Which lines run from the line with "f 386 231 385" through the line with "f 645 647 422" in the entries below? Print them exactly, both ends included, and nothing more.

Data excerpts
----------------

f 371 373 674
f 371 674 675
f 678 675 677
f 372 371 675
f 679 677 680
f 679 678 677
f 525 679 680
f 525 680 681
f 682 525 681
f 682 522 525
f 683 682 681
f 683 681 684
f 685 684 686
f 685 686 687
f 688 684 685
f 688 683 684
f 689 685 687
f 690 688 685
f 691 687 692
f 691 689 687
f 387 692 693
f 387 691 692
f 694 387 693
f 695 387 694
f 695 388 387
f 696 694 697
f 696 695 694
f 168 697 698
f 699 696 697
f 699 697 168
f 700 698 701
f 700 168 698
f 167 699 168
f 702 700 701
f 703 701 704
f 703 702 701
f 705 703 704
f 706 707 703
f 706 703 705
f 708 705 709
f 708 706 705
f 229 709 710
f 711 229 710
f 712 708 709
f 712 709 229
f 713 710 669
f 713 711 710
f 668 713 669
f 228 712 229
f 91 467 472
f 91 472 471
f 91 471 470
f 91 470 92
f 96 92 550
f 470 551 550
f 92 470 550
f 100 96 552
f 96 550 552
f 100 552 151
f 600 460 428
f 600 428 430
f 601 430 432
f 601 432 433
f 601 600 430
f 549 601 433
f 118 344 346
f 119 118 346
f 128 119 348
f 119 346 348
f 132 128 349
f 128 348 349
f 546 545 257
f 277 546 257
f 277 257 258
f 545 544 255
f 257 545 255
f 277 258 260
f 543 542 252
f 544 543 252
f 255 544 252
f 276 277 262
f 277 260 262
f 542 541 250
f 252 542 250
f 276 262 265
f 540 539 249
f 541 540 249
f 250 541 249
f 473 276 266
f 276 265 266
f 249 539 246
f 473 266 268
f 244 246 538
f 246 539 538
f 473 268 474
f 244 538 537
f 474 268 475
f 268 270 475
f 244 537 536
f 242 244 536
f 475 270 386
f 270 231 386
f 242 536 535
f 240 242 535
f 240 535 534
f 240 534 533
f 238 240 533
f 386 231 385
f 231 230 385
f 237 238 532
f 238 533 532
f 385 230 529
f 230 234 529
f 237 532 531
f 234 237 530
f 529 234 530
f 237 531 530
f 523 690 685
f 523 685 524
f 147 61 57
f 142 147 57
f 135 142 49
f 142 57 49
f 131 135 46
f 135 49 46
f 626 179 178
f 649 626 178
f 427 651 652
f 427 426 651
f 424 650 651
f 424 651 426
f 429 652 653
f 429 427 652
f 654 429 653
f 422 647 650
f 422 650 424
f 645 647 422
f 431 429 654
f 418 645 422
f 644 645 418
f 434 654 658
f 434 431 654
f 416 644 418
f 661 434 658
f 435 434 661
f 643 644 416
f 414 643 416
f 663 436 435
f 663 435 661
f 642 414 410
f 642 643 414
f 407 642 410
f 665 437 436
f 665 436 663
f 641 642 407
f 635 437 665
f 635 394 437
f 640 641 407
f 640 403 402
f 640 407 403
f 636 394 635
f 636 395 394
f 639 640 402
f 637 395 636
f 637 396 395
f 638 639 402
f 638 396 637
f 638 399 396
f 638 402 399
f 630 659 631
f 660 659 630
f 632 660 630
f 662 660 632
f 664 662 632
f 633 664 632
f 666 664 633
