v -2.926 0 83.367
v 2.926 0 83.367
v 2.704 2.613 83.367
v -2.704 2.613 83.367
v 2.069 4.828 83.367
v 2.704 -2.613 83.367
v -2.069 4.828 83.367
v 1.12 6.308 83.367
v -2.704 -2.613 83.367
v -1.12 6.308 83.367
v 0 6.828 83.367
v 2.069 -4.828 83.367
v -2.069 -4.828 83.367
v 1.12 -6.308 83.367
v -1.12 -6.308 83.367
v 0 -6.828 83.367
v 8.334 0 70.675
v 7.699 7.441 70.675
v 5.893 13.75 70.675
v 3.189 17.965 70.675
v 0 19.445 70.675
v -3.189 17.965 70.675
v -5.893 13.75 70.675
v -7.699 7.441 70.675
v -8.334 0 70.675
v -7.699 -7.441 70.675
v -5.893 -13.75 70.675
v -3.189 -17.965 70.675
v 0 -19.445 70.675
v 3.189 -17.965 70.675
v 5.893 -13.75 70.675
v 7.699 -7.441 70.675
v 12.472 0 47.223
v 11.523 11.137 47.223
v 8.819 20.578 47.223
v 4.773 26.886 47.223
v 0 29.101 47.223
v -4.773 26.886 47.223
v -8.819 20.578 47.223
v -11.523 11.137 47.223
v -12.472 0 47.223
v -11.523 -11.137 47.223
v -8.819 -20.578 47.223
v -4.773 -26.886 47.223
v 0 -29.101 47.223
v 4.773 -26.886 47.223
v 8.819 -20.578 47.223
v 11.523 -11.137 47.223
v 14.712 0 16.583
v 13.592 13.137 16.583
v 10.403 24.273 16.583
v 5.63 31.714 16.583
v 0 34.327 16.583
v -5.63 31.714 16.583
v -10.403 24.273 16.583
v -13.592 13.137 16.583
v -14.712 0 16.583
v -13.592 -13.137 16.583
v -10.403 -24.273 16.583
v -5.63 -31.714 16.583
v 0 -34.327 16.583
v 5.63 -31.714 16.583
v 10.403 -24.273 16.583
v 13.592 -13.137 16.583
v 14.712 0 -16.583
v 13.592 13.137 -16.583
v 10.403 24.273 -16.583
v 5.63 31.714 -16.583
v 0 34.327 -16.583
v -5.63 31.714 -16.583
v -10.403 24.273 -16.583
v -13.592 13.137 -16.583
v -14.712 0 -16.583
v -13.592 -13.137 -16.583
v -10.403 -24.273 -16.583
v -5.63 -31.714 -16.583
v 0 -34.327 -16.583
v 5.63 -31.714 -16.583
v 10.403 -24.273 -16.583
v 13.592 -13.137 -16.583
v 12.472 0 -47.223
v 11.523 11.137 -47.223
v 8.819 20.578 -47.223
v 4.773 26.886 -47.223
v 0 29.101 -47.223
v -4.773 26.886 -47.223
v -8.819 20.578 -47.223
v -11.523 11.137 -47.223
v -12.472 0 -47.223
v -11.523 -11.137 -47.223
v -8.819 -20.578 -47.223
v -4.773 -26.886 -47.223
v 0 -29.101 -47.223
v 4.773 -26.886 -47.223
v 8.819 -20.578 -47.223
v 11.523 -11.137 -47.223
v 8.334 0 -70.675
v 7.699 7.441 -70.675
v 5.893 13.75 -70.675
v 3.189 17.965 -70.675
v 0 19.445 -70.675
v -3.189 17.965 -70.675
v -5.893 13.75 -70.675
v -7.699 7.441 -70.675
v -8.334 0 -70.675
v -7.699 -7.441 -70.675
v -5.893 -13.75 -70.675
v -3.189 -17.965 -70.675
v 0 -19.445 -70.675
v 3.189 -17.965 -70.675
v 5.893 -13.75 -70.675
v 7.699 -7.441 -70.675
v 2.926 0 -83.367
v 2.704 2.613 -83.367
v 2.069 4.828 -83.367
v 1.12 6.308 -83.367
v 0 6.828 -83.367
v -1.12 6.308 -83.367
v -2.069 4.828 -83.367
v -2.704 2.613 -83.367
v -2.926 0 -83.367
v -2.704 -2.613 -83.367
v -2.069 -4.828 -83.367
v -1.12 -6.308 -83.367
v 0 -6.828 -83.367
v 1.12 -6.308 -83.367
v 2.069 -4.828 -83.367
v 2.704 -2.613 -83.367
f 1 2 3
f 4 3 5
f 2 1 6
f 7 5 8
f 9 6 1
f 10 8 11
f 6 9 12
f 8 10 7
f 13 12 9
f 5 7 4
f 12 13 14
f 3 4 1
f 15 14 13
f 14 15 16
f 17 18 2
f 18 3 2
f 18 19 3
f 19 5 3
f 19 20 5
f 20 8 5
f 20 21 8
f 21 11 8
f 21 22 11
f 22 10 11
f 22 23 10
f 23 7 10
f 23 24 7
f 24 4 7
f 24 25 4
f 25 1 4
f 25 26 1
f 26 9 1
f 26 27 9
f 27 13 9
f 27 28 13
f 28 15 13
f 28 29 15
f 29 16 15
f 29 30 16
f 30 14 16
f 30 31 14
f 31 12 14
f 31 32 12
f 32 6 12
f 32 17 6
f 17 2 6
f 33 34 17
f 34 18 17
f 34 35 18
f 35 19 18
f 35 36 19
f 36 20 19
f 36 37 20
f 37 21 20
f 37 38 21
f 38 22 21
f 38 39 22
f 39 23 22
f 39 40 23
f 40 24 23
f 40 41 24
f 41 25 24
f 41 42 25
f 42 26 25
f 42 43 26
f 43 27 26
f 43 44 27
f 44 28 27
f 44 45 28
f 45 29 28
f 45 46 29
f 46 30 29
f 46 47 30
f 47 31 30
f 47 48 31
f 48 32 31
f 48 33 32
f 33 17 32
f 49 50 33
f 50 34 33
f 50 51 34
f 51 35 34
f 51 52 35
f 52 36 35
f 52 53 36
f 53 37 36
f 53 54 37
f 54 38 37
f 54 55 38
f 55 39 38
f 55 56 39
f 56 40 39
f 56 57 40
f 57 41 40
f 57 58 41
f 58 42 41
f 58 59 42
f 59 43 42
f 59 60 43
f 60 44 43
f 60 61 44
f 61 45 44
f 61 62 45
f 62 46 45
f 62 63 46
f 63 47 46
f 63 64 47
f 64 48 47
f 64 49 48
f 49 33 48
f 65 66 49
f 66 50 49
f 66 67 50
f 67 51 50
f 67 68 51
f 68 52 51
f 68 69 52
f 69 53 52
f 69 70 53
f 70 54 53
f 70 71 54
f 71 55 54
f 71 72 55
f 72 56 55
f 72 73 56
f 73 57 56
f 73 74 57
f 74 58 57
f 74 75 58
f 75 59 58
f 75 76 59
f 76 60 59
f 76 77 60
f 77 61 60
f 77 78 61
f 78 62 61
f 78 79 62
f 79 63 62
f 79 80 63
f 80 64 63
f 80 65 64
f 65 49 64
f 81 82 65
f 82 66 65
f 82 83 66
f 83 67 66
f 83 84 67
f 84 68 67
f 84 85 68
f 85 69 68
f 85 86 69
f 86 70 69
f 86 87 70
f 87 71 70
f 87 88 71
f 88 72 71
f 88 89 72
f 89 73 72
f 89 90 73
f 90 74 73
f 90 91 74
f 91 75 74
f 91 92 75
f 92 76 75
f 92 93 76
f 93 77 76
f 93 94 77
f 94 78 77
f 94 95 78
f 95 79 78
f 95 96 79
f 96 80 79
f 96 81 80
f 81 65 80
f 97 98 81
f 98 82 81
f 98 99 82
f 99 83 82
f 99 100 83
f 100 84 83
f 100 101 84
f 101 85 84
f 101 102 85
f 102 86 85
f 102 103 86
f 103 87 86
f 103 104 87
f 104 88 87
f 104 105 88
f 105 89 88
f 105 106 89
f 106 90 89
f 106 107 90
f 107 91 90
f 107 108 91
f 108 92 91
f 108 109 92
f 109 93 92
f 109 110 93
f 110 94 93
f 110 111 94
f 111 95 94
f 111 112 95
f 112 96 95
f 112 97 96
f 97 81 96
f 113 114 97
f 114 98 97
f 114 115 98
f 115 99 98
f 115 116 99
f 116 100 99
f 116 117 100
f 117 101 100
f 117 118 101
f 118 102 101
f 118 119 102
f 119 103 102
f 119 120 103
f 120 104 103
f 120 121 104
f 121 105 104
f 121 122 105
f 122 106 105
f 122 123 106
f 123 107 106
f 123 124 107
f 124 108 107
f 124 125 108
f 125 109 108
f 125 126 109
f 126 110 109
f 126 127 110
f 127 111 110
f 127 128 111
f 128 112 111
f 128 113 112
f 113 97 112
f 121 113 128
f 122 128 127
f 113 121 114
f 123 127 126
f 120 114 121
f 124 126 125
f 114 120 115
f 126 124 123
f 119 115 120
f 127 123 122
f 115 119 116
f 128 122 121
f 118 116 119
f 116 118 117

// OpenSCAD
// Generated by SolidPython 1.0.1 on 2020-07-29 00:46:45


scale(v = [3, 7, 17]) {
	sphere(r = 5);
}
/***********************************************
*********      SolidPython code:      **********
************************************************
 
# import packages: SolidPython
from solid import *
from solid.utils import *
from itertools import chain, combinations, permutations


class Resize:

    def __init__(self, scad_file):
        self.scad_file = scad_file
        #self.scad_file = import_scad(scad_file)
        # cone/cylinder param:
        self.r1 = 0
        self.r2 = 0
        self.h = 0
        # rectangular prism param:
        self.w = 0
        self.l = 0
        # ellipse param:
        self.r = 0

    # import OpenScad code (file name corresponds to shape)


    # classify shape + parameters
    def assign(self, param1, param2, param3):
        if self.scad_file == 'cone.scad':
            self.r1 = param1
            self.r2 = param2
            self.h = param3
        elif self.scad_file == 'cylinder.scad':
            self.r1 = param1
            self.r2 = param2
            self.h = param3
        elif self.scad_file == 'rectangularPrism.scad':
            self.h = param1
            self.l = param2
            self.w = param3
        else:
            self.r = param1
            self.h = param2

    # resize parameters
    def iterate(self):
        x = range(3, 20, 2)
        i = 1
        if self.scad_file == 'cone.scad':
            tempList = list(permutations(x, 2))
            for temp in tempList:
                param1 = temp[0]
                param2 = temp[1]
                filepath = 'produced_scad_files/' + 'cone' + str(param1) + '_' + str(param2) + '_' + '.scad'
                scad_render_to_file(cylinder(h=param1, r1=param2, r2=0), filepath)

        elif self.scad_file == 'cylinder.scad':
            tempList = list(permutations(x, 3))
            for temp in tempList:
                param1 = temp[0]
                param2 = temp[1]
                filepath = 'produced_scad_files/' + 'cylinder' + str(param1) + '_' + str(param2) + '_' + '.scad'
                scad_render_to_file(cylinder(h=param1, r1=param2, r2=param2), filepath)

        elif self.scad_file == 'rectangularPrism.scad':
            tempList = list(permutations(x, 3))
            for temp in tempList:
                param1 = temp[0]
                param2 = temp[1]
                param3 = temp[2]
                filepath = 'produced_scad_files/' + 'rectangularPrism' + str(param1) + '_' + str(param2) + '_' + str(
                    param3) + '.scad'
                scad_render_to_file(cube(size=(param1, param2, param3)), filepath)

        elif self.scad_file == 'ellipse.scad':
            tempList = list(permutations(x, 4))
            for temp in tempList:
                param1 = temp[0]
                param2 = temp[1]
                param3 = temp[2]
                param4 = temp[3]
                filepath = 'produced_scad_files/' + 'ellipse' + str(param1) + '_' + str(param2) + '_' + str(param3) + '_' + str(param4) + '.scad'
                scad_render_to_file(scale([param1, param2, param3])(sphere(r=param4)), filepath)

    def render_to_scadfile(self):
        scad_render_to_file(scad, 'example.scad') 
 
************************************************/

----------------

== Reply to the exercise ==
f 386 231 385
f 231 230 385
f 237 238 532
f 238 533 532
f 385 230 529
f 230 234 529
f 237 532 531
f 234 237 530
f 529 234 530
f 237 531 530
f 523 690 685
f 523 685 524
f 147 61 57
f 142 147 57
f 135 142 49
f 142 57 49
f 131 135 46
f 135 49 46
f 626 179 178
f 649 626 178
f 427 651 652
f 427 426 651
f 424 650 651
f 424 651 426
f 429 652 653
f 429 427 652
f 654 429 653
f 422 647 650
f 422 650 424
f 645 647 422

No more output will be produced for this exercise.